WORK REQUIRED »
First find the line with "v40 (1.794561,3,-2.038649)" in the entries below, then set down exactly every line through the line with "e65 v43 v44 LINE", that line included.

::::::::

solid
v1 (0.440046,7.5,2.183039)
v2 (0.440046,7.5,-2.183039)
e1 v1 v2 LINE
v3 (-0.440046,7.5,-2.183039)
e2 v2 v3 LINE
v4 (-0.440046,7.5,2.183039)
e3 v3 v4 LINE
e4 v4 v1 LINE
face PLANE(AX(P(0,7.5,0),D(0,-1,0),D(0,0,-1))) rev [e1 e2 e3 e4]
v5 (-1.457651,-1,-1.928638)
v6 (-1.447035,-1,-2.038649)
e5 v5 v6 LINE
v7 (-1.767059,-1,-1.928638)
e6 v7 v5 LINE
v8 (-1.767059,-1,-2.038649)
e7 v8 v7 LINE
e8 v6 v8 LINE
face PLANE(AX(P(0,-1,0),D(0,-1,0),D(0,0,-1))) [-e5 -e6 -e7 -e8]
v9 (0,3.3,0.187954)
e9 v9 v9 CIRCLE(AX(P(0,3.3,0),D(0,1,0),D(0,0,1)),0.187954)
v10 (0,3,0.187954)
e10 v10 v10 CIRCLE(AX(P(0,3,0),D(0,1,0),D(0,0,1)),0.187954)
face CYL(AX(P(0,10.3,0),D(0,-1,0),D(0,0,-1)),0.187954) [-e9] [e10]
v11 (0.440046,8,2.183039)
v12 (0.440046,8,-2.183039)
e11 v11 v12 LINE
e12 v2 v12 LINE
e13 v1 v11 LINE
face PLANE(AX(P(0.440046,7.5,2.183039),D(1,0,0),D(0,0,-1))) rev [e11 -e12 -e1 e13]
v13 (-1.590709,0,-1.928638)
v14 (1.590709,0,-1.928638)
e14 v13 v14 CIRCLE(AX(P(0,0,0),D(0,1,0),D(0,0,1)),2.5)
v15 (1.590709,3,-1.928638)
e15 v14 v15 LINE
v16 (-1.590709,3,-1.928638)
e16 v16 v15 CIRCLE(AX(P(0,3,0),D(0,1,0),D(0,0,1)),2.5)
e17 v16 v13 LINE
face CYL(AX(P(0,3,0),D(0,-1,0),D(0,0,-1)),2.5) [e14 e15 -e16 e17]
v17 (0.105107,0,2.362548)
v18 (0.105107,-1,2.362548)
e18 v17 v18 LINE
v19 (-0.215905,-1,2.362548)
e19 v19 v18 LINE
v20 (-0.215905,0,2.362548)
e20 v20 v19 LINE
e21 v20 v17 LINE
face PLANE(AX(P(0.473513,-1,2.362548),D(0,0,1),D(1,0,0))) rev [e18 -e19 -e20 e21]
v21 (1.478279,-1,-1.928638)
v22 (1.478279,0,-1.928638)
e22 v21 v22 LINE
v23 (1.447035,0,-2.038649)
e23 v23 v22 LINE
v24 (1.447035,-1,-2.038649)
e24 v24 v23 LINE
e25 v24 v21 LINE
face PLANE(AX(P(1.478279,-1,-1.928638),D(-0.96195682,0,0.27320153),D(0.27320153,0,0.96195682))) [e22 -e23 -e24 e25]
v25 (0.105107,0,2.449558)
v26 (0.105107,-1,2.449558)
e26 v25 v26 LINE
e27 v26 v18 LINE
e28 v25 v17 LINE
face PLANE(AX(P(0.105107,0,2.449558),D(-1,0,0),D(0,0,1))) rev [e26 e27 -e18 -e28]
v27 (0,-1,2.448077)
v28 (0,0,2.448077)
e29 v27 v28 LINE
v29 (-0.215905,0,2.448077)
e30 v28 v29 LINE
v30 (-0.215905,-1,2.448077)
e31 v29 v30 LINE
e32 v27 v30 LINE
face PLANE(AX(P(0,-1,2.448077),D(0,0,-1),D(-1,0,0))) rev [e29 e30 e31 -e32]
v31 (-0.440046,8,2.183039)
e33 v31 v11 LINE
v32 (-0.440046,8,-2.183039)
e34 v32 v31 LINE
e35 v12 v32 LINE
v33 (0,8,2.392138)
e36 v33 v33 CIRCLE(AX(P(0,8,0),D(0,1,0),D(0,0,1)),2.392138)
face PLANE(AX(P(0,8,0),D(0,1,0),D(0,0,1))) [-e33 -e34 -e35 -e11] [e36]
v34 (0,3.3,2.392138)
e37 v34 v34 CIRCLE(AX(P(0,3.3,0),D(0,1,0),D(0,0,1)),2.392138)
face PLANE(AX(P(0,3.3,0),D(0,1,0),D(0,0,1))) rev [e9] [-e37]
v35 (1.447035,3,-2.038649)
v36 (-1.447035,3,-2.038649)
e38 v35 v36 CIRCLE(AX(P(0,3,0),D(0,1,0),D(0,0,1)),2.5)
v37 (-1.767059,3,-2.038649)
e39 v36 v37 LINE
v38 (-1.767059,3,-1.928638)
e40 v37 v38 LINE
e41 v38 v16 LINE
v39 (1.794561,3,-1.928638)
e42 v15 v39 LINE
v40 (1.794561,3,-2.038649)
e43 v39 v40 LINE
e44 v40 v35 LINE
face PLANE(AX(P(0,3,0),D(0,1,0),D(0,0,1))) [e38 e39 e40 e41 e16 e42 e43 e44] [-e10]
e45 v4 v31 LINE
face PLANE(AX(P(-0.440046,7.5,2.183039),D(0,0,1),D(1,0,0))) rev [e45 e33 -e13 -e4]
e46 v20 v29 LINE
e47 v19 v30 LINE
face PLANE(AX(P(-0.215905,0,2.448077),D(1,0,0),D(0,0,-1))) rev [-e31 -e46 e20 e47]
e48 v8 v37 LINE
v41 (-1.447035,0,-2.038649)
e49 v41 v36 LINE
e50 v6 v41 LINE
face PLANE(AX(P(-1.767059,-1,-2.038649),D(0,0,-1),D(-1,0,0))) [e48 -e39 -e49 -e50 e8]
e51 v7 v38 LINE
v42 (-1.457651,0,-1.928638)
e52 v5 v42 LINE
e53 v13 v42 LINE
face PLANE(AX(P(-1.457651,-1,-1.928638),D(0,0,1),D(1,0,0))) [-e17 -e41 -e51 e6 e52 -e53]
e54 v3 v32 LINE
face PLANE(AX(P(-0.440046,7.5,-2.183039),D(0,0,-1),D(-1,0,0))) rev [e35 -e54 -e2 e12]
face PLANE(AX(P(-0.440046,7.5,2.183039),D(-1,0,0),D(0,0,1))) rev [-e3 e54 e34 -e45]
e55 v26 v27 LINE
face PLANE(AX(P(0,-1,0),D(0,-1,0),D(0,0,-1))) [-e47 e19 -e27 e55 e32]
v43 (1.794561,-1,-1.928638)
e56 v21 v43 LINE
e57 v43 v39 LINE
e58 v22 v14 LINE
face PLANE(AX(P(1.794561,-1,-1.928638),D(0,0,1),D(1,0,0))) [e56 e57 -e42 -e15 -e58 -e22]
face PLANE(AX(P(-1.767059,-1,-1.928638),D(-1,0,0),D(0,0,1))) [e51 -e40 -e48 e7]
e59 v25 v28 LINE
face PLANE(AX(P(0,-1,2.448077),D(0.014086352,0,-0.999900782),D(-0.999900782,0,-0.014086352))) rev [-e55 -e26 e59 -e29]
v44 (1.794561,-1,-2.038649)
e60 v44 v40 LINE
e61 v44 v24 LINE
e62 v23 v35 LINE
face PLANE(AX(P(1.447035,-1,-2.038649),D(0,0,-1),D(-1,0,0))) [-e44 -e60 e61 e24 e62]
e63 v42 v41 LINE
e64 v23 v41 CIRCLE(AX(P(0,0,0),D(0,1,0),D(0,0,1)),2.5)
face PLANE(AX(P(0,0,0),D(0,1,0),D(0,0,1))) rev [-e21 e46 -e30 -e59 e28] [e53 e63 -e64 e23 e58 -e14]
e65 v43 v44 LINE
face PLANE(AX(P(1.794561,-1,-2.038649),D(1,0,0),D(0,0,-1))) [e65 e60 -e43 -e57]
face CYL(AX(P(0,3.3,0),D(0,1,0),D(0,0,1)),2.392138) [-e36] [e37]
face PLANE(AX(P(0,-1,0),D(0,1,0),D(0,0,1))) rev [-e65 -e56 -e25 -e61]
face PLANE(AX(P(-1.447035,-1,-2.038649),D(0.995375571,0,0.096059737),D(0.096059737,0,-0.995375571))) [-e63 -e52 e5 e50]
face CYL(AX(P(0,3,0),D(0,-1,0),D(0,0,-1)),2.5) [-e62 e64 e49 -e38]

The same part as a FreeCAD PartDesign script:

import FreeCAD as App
import Part
import Sketcher
Q = App.Units.Quantity


def add_polygon(sketch, points):
    """Adds a closed chain of lines whose ends are joined by coincident constraints."""
    first, n = sketch.GeometryCount, len(points)
    for a, b in zip(points, points[1:] + points[:1]):
        sketch.addGeometry(Part.LineSegment(App.Vector(*a, 0), App.Vector(*b, 0)), False)
    for i in range(n):
        sketch.addConstraint(Sketcher.Constraint("Coincident", first + i, 2, first + (i + 1) % n, 1))

doc = App.newDocument("Part")
body = doc.addObject("PartDesign::Body", "Body")

# Sketch on XZ plane
sketch1 = body.newObject("Sketcher::SketchObject", "Sketch")
sketch1.AttachmentSupport = (doc.getObject("XZ_Plane"), [""])
sketch1.MapMode = "FlatFace"
sketch1.addGeometry(Part.Circle(App.Vector(0, 0, 0), App.Vector(0, 0, 1), 2.5), False)
sketch1.addConstraint([
    Sketcher.Constraint("Coincident", 0, 3, -1, 1),
    Sketcher.Constraint("Diameter", 0, Q("5 mm")),
])
pad1 = body.newObject("PartDesign::Pad", "Pad")
pad1.Profile = sketch1
pad1.Length = 3
pad1.Reversed = True

# Sketch on XZ plane
sketch2 = body.newObject("Sketcher::SketchObject", "Sketch001")
sketch2.AttachmentSupport = (doc.getObject("XZ_Plane"), [""])
sketch2.MapMode = "FlatFace"
sketch2.AttachmentOffset = App.Placement(App.Vector(0, 0, -3), App.Rotation())
sketch2.addGeometry(Part.Circle(App.Vector(0, 0, 0), App.Vector(0, 0, 1), 0.187954), False)
sketch2.addConstraint([
    Sketcher.Constraint("Coincident", 0, 3, -1, 1),
    Sketcher.Constraint("Diameter", 0, Q("0.375907 mm")),
])
pad2 = body.newObject("PartDesign::Pad", "Pad001")
pad2.Profile = sketch2
pad2.Length = 7.3
pad2.Reversed = True

# Sketch on XZ plane
sketch3 = body.newObject("Sketcher::SketchObject", "Sketch002")
sketch3.AttachmentSupport = (doc.getObject("XZ_Plane"), [""])
sketch3.MapMode = "FlatFace"
sketch3.AttachmentOffset = App.Placement(App.Vector(0, 0, -8), App.Rotation())
sketch3.addGeometry(Part.Circle(App.Vector(0, 0, 0), App.Vector(0, 0, 1), 0.187954), False)
sketch3.addConstraint([
    Sketcher.Constraint("Coincident", 0, 3, -1, 1),
    Sketcher.Constraint("Diameter", 0, Q("0.375907 mm")),
])
pocket1 = body.newObject("PartDesign::Pocket", "Pocket")
pocket1.Profile = sketch3
pocket1.Length = 2.3

# Sketch on XZ plane
sketch4 = body.newObject("Sketcher::SketchObject", "Sketch003")
sketch4.AttachmentSupport = (doc.getObject("XZ_Plane"), [""])
sketch4.MapMode = "FlatFace"
sketch4.AttachmentOffset = App.Placement(App.Vector(0, 0, -8), App.Rotation())
sketch4.addGeometry(Part.Circle(App.Vector(0, 0, 0), App.Vector(0, 0, 1), 2.392138), False)
sketch4.addConstraint([
    Sketcher.Constraint("Coincident", 0, 3, -1, 1),
    Sketcher.Constraint("Diameter", 0, Q("4.784277 mm")),
])
pad3 = body.newObject("PartDesign::Pad", "Pad002")
pad3.Profile = sketch4
pad3.Length = 4.7

# Sketch on XZ plane
sketch5 = body.newObject("Sketcher::SketchObject", "Sketch004")
sketch5.AttachmentSupport = (doc.getObject("XZ_Plane"), [""])
sketch5.MapMode = "FlatFace"
sketch5.AttachmentOffset = App.Placement(App.Vector(0, 0, -8), App.Rotation())
add_polygon(sketch5, [(-0.440046, -2.183039), (-0.440046, 2.183039), (0.440046, 2.183039), (0.440046, -2.183039)])  # lines 0-3
sketch5.addConstraint([
    Sketcher.Constraint("Vertical", 0),
    Sketcher.Constraint("Horizontal", 1),
    Sketcher.Constraint("Vertical", 2),
    Sketcher.Constraint("Horizontal", 3),
    Sketcher.Constraint("Symmetric", 0, 2, 2, 2, -1, 1),
    Sketcher.Constraint("DistanceX", 1, 1, 1, 2, Q("0.880091 mm")),
    Sketcher.Constraint("DistanceY", 0, 1, 0, 2, Q("4.366078 mm")),
])
pocket2 = body.newObject("PartDesign::Pocket", "Pocket001")
pocket2.Profile = sketch5
pocket2.Length = 0.5
pocket2.Reversed = True

# Sketch on XZ plane
sketch6 = body.newObject("Sketcher::SketchObject", "Sketch005")
sketch6.AttachmentSupport = (doc.getObject("XZ_Plane"), [""])
sketch6.MapMode = "FlatFace"
add_polygon(sketch6, [(0.473513, 2.454748), (0, 2.448077), (-0.506872, 2.448077), (-0.506872, 2.362548), (0.473513, 2.362548)])  # lines 0-4
sketch6.addConstraint([
    Sketcher.Constraint("Horizontal", 1),
    Sketcher.Constraint("Vertical", 2),
    Sketcher.Constraint("Horizontal", 3),
    Sketcher.Constraint("Vertical", 4),
    Sketcher.Constraint("PointOnObject", 0, 2, -2),
    Sketcher.Constraint("DistanceY", 4, 1, 4, 2, Q("0.0922 mm")),
    Sketcher.Constraint("DistanceY", 2, 2, 2, 1, Q("0.085529 mm")),
    Sketcher.Constraint("Distance", 0, Q("0.47356 mm")),
    Sketcher.Constraint("DistanceX", 1, 2, 1, 1, Q("0.506872 mm")),
    Sketcher.Constraint("DistanceY", -1, 1, 0, 2, Q("2.448077 mm")),
])
pad4 = body.newObject("PartDesign::Pad", "Pad003")
pad4.Profile = sketch6
pad4.Length = 1

# Sketch on XZ plane
sketch7 = body.newObject("Sketcher::SketchObject", "Sketch006")
sketch7.AttachmentSupport = (doc.getObject("XZ_Plane"), [""])
sketch7.MapMode = "FlatFace"
sketch7.AttachmentOffset = App.Placement(App.Vector(0, 0, -3), App.Rotation())
add_polygon(sketch7, [(-1.767059, -1.928638), (-1.457651, -1.928638), (-1.447035, -2.038649), (-1.767059, -2.038649)])  # lines 0-3
add_polygon(sketch7, [(1.447035, -2.038649), (1.478279, -1.928638), (1.794561, -1.928638), (1.794561, -2.038649)])  # lines 4-7
sketch7.addConstraint([
    Sketcher.Constraint("Horizontal", 0),
    Sketcher.Constraint("Horizontal", 2),
    Sketcher.Constraint("Vertical", 3),
    Sketcher.Constraint("Horizontal", 5),
    Sketcher.Constraint("Vertical", 6),
    Sketcher.Constraint("Horizontal", 7),
    Sketcher.Constraint("Symmetric", 1, 2, 7, 2, -2),
    Sketcher.Constraint("Horizontal", 3, 2, 4, 2),
    Sketcher.Constraint("DistanceY", 3, 1, 3, 2, Q("0.110011 mm")),
    Sketcher.Constraint("DistanceX", 0, 1, 0, 2, Q("0.309407 mm")),
    Sketcher.Constraint("DistanceX", 2, 2, 2, 1, Q("0.320024 mm")),
    Sketcher.Constraint("DistanceX", 5, 1, 5, 2, Q("0.316283 mm")),
    Sketcher.Constraint("DistanceX", 7, 2, 7, 1, Q("0.347527 mm")),
    Sketcher.Constraint("DistanceX", 0, 2, -1, 1, Q("1.457651 mm")),
    Sketcher.Constraint("DistanceY", 1, 2, -1, 1, Q("2.038649 mm")),
])
pad5 = body.newObject("PartDesign::Pad", "Pad004")
pad5.Profile = sketch7
pad5.Length = 4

::::::::

ANSWER BOX »
v40 (1.794561,3,-2.038649)
e43 v39 v40 LINE
e44 v40 v35 LINE
face PLANE(AX(P(0,3,0),D(0,1,0),D(0,0,1))) [e38 e39 e40 e41 e16 e42 e43 e44] [-e10]
e45 v4 v31 LINE
face PLANE(AX(P(-0.440046,7.5,2.183039),D(0,0,1),D(1,0,0))) rev [e45 e33 -e13 -e4]
e46 v20 v29 LINE
e47 v19 v30 LINE
face PLANE(AX(P(-0.215905,0,2.448077),D(1,0,0),D(0,0,-1))) rev [-e31 -e46 e20 e47]
e48 v8 v37 LINE
v41 (-1.447035,0,-2.038649)
e49 v41 v36 LINE
e50 v6 v41 LINE
face PLANE(AX(P(-1.767059,-1,-2.038649),D(0,0,-1),D(-1,0,0))) [e48 -e39 -e49 -e50 e8]
e51 v7 v38 LINE
v42 (-1.457651,0,-1.928638)
e52 v5 v42 LINE
e53 v13 v42 LINE
face PLANE(AX(P(-1.457651,-1,-1.928638),D(0,0,1),D(1,0,0))) [-e17 -e41 -e51 e6 e52 -e53]
e54 v3 v32 LINE
face PLANE(AX(P(-0.440046,7.5,-2.183039),D(0,0,-1),D(-1,0,0))) rev [e35 -e54 -e2 e12]
face PLANE(AX(P(-0.440046,7.5,2.183039),D(-1,0,0),D(0,0,1))) rev [-e3 e54 e34 -e45]
e55 v26 v27 LINE
face PLANE(AX(P(0,-1,0),D(0,-1,0),D(0,0,-1))) [-e47 e19 -e27 e55 e32]
v43 (1.794561,-1,-1.928638)
e56 v21 v43 LINE
e57 v43 v39 LINE
e58 v22 v14 LINE
face PLANE(AX(P(1.794561,-1,-1.928638),D(0,0,1),D(1,0,0))) [e56 e57 -e42 -e15 -e58 -e22]
face PLANE(AX(P(-1.767059,-1,-1.928638),D(-1,0,0),D(0,0,1))) [e51 -e40 -e48 e7]
e59 v25 v28 LINE
face PLANE(AX(P(0,-1,2.448077),D(0.014086352,0,-0.999900782),D(-0.999900782,0,-0.014086352))) rev [-e55 -e26 e59 -e29]
v44 (1.794561,-1,-2.038649)
e60 v44 v40 LINE
e61 v44 v24 LINE
e62 v23 v35 LINE
face PLANE(AX(P(1.447035,-1,-2.038649),D(0,0,-1),D(-1,0,0))) [-e44 -e60 e61 e24 e62]
e63 v42 v41 LINE
e64 v23 v41 CIRCLE(AX(P(0,0,0),D(0,1,0),D(0,0,1)),2.5)
face PLANE(AX(P(0,0,0),D(0,1,0),D(0,0,1))) rev [-e21 e46 -e30 -e59 e28] [e53 e63 -e64 e23 e58 -e14]
e65 v43 v44 LINE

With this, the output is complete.